# Cord wrapped rod questions?



## Randall2point0 (Feb 11, 2011)

Wirelessly posted

Has anyone elver made a cord wrapped rod, either just the grip or the whole rod?


----------



## Pompano Joe (Jan 28, 2009)

Yes, why do you ask?


----------



## Randall2point0 (Feb 11, 2011)

Wirelessly posted

I have a 7' Ande rod that I want to sand down the flex coat and cord wrap the whole rod. I would be leaving the grip and real seat.. Seeing if double sided tape or a spray adhesive is the way to go.


----------



## fairpoint (May 9, 2013)

Randall2point0 said:


> Wirelessly posted
> 
> I have a 7' Ande rod that I want to sand down the flex coat and cord wrap the whole rod.
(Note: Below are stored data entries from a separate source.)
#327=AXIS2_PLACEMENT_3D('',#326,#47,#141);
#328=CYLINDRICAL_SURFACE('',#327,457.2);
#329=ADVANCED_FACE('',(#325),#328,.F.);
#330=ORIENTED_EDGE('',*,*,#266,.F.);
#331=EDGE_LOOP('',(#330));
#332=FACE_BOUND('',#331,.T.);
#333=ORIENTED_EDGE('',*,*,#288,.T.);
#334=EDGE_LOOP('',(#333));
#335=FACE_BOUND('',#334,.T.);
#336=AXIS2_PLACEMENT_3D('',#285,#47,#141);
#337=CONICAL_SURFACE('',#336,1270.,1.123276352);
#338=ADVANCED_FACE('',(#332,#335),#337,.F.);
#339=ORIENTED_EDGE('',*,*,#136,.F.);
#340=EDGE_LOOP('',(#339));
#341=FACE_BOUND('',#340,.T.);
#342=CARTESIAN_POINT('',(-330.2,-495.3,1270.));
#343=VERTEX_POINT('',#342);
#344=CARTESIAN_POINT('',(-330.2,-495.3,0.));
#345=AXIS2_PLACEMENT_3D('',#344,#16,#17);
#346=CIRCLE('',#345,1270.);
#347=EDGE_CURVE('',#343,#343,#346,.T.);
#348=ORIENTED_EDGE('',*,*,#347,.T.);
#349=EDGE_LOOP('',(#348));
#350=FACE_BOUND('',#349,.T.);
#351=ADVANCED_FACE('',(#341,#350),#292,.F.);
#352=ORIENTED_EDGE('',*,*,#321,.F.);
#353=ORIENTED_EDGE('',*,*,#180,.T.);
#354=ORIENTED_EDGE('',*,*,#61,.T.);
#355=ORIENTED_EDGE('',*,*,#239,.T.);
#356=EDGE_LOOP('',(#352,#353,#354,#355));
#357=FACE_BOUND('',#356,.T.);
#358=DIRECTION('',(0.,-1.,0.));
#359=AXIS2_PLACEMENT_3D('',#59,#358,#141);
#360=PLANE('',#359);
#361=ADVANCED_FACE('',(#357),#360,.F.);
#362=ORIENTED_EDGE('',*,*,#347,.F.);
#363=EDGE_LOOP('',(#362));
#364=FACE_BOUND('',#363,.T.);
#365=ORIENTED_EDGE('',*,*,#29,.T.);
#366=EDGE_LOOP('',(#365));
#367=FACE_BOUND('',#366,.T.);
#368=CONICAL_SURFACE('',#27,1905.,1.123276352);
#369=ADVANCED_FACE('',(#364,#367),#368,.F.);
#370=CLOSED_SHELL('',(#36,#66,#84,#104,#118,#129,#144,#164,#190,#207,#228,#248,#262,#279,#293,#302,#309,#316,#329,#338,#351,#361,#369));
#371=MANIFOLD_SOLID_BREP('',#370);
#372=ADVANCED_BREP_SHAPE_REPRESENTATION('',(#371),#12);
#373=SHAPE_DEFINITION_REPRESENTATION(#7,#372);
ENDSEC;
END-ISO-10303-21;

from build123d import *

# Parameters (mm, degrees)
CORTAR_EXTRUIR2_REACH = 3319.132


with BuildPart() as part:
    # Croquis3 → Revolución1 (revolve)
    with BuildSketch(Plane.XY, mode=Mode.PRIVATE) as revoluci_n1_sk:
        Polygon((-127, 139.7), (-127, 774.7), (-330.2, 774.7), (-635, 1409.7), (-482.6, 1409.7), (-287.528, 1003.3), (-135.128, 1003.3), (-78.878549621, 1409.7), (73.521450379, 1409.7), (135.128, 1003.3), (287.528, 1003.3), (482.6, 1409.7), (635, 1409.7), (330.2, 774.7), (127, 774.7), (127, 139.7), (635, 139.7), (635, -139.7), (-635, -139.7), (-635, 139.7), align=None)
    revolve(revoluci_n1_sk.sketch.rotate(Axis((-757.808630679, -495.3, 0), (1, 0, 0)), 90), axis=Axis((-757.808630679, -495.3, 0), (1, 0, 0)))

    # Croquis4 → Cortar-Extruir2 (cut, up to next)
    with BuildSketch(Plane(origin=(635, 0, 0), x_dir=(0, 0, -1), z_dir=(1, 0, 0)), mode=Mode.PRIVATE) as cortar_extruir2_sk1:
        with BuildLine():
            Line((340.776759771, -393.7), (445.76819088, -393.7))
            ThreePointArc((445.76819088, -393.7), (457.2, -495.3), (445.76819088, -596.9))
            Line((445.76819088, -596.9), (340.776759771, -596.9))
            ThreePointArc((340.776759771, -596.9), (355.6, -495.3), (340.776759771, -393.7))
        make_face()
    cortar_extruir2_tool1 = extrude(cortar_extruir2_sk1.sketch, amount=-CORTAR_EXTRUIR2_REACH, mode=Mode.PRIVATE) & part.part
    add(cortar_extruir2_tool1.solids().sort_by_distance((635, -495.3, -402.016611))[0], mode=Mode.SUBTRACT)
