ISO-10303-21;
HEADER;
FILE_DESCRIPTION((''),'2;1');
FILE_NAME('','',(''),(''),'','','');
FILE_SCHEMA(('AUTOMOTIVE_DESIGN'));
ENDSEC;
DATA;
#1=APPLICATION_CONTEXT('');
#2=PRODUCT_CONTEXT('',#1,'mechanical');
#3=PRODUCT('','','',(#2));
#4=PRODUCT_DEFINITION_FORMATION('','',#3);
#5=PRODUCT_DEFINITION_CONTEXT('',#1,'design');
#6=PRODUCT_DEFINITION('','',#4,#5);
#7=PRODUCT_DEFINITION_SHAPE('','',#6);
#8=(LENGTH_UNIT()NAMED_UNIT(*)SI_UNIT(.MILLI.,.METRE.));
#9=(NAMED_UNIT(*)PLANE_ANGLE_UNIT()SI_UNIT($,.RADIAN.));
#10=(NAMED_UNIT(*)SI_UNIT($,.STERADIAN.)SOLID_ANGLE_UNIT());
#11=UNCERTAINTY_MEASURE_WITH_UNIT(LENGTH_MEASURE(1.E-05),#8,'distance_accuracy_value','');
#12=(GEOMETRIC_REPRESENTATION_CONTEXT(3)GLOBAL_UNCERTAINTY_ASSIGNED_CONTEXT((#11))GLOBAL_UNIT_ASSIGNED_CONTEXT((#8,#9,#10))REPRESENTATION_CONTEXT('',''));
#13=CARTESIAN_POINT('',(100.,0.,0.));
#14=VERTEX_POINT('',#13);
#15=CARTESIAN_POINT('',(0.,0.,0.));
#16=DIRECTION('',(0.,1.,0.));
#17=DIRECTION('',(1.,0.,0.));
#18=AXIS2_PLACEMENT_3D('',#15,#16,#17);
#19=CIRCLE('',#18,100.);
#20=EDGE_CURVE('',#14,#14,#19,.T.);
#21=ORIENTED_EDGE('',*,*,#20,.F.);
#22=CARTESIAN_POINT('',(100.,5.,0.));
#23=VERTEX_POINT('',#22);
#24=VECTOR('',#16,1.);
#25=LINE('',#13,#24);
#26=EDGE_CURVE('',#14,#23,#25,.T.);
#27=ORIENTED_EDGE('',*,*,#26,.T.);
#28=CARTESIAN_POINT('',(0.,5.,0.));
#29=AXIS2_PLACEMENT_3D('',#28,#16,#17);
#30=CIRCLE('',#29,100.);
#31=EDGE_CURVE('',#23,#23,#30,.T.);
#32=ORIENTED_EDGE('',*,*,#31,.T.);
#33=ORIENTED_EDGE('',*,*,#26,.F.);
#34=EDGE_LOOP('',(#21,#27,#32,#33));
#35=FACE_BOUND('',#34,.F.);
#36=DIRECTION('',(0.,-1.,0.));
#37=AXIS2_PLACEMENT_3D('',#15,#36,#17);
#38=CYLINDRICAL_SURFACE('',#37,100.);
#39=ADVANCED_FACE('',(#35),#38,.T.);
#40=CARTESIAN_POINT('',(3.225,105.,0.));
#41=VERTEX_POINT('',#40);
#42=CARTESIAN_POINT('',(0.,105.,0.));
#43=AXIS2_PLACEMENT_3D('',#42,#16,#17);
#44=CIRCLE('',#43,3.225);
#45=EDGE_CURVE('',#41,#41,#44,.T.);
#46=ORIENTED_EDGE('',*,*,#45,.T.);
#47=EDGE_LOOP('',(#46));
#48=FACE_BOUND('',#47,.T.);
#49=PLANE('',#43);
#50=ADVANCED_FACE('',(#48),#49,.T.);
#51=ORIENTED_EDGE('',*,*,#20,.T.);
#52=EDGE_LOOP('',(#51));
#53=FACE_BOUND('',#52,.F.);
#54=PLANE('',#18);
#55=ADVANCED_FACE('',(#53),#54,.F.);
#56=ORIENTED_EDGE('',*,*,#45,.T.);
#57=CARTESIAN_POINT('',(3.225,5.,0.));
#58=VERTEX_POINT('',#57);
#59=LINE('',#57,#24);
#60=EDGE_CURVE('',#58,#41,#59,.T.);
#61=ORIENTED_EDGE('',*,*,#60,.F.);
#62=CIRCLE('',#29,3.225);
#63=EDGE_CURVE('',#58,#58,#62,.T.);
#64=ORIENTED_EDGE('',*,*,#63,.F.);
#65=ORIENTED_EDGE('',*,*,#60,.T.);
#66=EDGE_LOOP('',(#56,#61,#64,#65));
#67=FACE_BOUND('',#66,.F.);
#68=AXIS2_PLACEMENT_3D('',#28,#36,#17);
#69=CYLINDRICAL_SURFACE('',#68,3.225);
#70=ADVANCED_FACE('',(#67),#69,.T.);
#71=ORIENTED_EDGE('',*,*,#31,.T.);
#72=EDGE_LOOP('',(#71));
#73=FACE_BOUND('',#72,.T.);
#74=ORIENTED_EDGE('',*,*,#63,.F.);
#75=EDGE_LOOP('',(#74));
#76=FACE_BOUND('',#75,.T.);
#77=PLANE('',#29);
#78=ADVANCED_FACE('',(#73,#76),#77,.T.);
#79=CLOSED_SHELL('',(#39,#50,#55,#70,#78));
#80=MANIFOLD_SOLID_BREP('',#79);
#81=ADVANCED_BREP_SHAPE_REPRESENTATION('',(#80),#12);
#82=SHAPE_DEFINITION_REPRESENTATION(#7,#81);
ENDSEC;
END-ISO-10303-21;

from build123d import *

# Parameters (mm, degrees)
SKETCH3_R           = 100
BOSS_EXTRUDE2_DEPTH = 5
SKETCH4_R           = 3.225
BOSS_EXTRUDE3_DEPTH = 100


with BuildPart() as part:
    # Sketch3 → Boss-Extrude2 (new body)
    with BuildSketch(Plane(origin=(0, 0, 0), x_dir=(1, 0, 0), z_dir=(0, 1, 0))):
        Circle(SKETCH3_R)
    extrude(amount=BOSS_EXTRUDE2_DEPTH)

    # Sketch4 → Boss-Extrude3 (add)
    with BuildSketch(Plane(origin=(0, 5, 0), x_dir=(1, 0, 0), z_dir=(0, 1, 0))):
        Circle(SKETCH4_R)
    extrude(amount=BOSS_EXTRUDE3_DEPTH)


solid = part.part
I would be leaving the grip and real seat.. Seeing if double sided tape or a spray adhesive is the way to go.


 to do what with ...? can't you just wrap it and coat it.....?


----------



## Randall2point0 (Feb 11, 2011)

Wirelessly posted

I've got an old shark rod that a Pensacola ol timer made back in the 60's and I want to replace the set up and still go with the cord wrapped theme.


----------



## Pompano Joe (Jan 28, 2009)

Bring it by sometime and I'll help you plan it out. [email protected]


----------



## Randall2point0 (Feb 11, 2011)

Wirelessly posted

Sounds good, I will get up with you this weekend when I come to pick up the 4/0.


----------